By itself, MB is not an intrinsic mechanism of clinically severe stenosis and prognosis, especially not one that is generally capable of causing chest pain or ischemia at rest, MI, or death. Medical therapy to prevent atherosclerotic progression is the only useful prophylactic treatment for preventing CAD; b-blockers have no demonstrated value. Percutaneous coronary intervention,12,13,3640 unroofing, or bypass grafting is not generally required in the absence of severe CAD.14,41 If calcium channel blockers and nitrates are insufficient palliation for angina pain in patients without CAD stenosis, stent angioplasty could be useful, despite the likelihood of less-than-ideal results (including greater risk for restenosis from stent crushing under repetitive systolic compression).

A question remains: In the presence of isolated MB, are stent angioplasty, bypass coronary surgery, and coronary unroofing potentially more advantageous than medical treatment? Avoiding MI and death is not the primary objective in treating MB, but palliating angina could be. Medical treatment for MB with spastic angina usually involves vasodilators such as calcium channel blockers and long-term or short-term nitrates; antilipid medication and angiotensin-converting enzyme inhibitors are not generally helpful for preventing coronary arterial spastic pathology, though they can be quite useful when hypertension or hyperlipidemia is out of control.

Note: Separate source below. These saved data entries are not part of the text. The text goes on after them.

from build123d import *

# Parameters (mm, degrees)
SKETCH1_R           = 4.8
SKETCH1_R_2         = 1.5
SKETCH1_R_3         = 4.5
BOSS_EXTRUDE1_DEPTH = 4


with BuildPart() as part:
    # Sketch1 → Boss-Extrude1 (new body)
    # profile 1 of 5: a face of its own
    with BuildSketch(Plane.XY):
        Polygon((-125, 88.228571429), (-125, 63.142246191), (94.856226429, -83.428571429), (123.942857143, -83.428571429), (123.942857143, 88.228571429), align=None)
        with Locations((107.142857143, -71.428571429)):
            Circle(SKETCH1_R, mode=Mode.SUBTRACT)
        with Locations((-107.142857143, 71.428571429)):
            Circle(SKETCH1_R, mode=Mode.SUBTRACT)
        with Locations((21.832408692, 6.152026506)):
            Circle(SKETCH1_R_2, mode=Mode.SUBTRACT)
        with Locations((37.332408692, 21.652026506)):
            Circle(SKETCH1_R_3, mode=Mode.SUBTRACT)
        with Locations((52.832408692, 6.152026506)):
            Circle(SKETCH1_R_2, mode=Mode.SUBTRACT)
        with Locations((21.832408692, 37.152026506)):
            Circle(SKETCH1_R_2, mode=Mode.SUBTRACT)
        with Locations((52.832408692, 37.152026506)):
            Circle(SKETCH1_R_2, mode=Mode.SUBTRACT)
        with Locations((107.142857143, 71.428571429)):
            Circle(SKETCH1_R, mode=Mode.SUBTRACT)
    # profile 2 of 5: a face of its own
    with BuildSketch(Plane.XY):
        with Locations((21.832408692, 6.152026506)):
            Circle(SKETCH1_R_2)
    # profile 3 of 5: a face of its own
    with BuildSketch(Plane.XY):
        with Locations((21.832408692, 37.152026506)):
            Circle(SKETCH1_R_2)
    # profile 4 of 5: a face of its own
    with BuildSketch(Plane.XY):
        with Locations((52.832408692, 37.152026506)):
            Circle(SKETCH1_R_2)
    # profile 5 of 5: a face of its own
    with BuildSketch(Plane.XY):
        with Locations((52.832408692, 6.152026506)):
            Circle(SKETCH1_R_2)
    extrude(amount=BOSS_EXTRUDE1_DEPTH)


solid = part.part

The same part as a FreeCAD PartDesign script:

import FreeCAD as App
import Part
import Sketcher
from FreeCAD import Vector


def add_polygon(sketch, points):
    """Adds a closed chain of lines whose ends are joined by coincident constraints."""
    first, n = sketch.GeometryCount, len(points)
    for a, b in zip(points, points[1:] + points[:1]):
        sketch.addGeometry(Part.LineSegment(App.Vector(*a, 0), App.Vector(*b, 0)), False)
    for i in range(n):
        sketch.addConstraint(Sketcher.Constraint("Coincident", first + i, 2, first + (i + 1) % n, 1))

doc = App.newDocument("Part")
body = doc.addObject("PartDesign::Body", "Body")

# Sketch on XY plane
sketch1 = body.newObject("Sketcher::SketchObject", "Sketch")
sketch1.AttachmentSupport = (doc.getObject("XY_Plane"), [""])
sketch1.MapMode = "FlatFace"
add_polygon(sketch1, [(-125, 88.228571), (-125, 63.142246), (94.856226, -83.428571), (123.942857, -83.428571), (123.942857, 88.228571)])  # lines 0-4
sketch1.addGeometry(Part.Circle(Vector(107.142857, -71.428571, 0), Vector(0, 0, 1), 4.8), False)  # 5
sketch1.addGeometry(Part.Circle(Vector(-107.142857, 71.428571, 0), Vector(0, 0, 1), 4.8), False)  # 6
sketch1.addGeometry(Part.Circle(Vector(37.332409, 21.652027, 0), Vector(0, 0, 1), 4.5), False)  # 7
sketch1.addGeometry(Part.Circle(Vector(107.142857, 71.428571, 0), Vector(0, 0, 1), 4.8), False)  # 8
sketch1.addConstraint([
    Sketcher.Constraint("Vertical", 0),
    Sketcher.Constraint("Horizontal", 2),
    Sketcher.Constraint("Vertical", 3),
    Sketcher.Constraint("Horizontal", 4),
    Sketcher.Constraint("Equal", 5, 6),
    Sketcher.Constraint("Equal", 6, 8),
    Sketcher.Constraint("Symmetric", 5, 3, 6, 3, -1, 1),
    Sketcher.Constraint("Symmetric", 6, 3, 8, 3, -2),
    Sketcher.Constraint("Diameter", 7, 9.0),
    Sketcher.Constraint("Diameter", 5, 9.6),
    Sketcher.Constraint("DistanceX", 0, 2, -1, 1, 125.0),
    Sketcher.Constraint("DistanceY", 1, 2, 5, 3, 12.0),
    Sketcher.Constraint("DistanceX", 5, 3, 2, 2, 16.8),
    Sketcher.Constraint("DistanceY", 8, 3, 3, 2, 16.8),
    Sketcher.Constraint("Distance", 1, 264.234299),
    Sketcher.Constraint("DistanceX", 2, 1, 2, 2, 29.086631),
    Sketcher.Constraint("DistanceX", 4, 2, 4, 1, 248.942857),
    Sketcher.Constraint("DistanceY", 0, 2, 0, 1, 25.086325),
    Sketcher.Constraint("DistanceX", -1, 1, 7, 3, 37.332409),
    Sketcher.Constraint("DistanceY", 7, 3, 0, 2, 41.49022),
])
pad1 = body.newObject("PartDesign::Pad", "Pad")
pad1.Profile = sketch1
pad1.Length = 4

doc.recompute()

The existence of an enormous population with MB should discourage a scattershot “vaccination approach” (ie, widespread intervention). In studies following patients with MB for many years, cardiologists have noticed a consistent trend that includes periods of active spastic manifestation alternating with an asymptomatic state. Most carriers of these congenital defects start reporting symptoms at middle or advanced age, and they do not die of cardiac causes when associated cardiac diseases are absent. A conservative approach is generally the first and most effective choice in similar cases.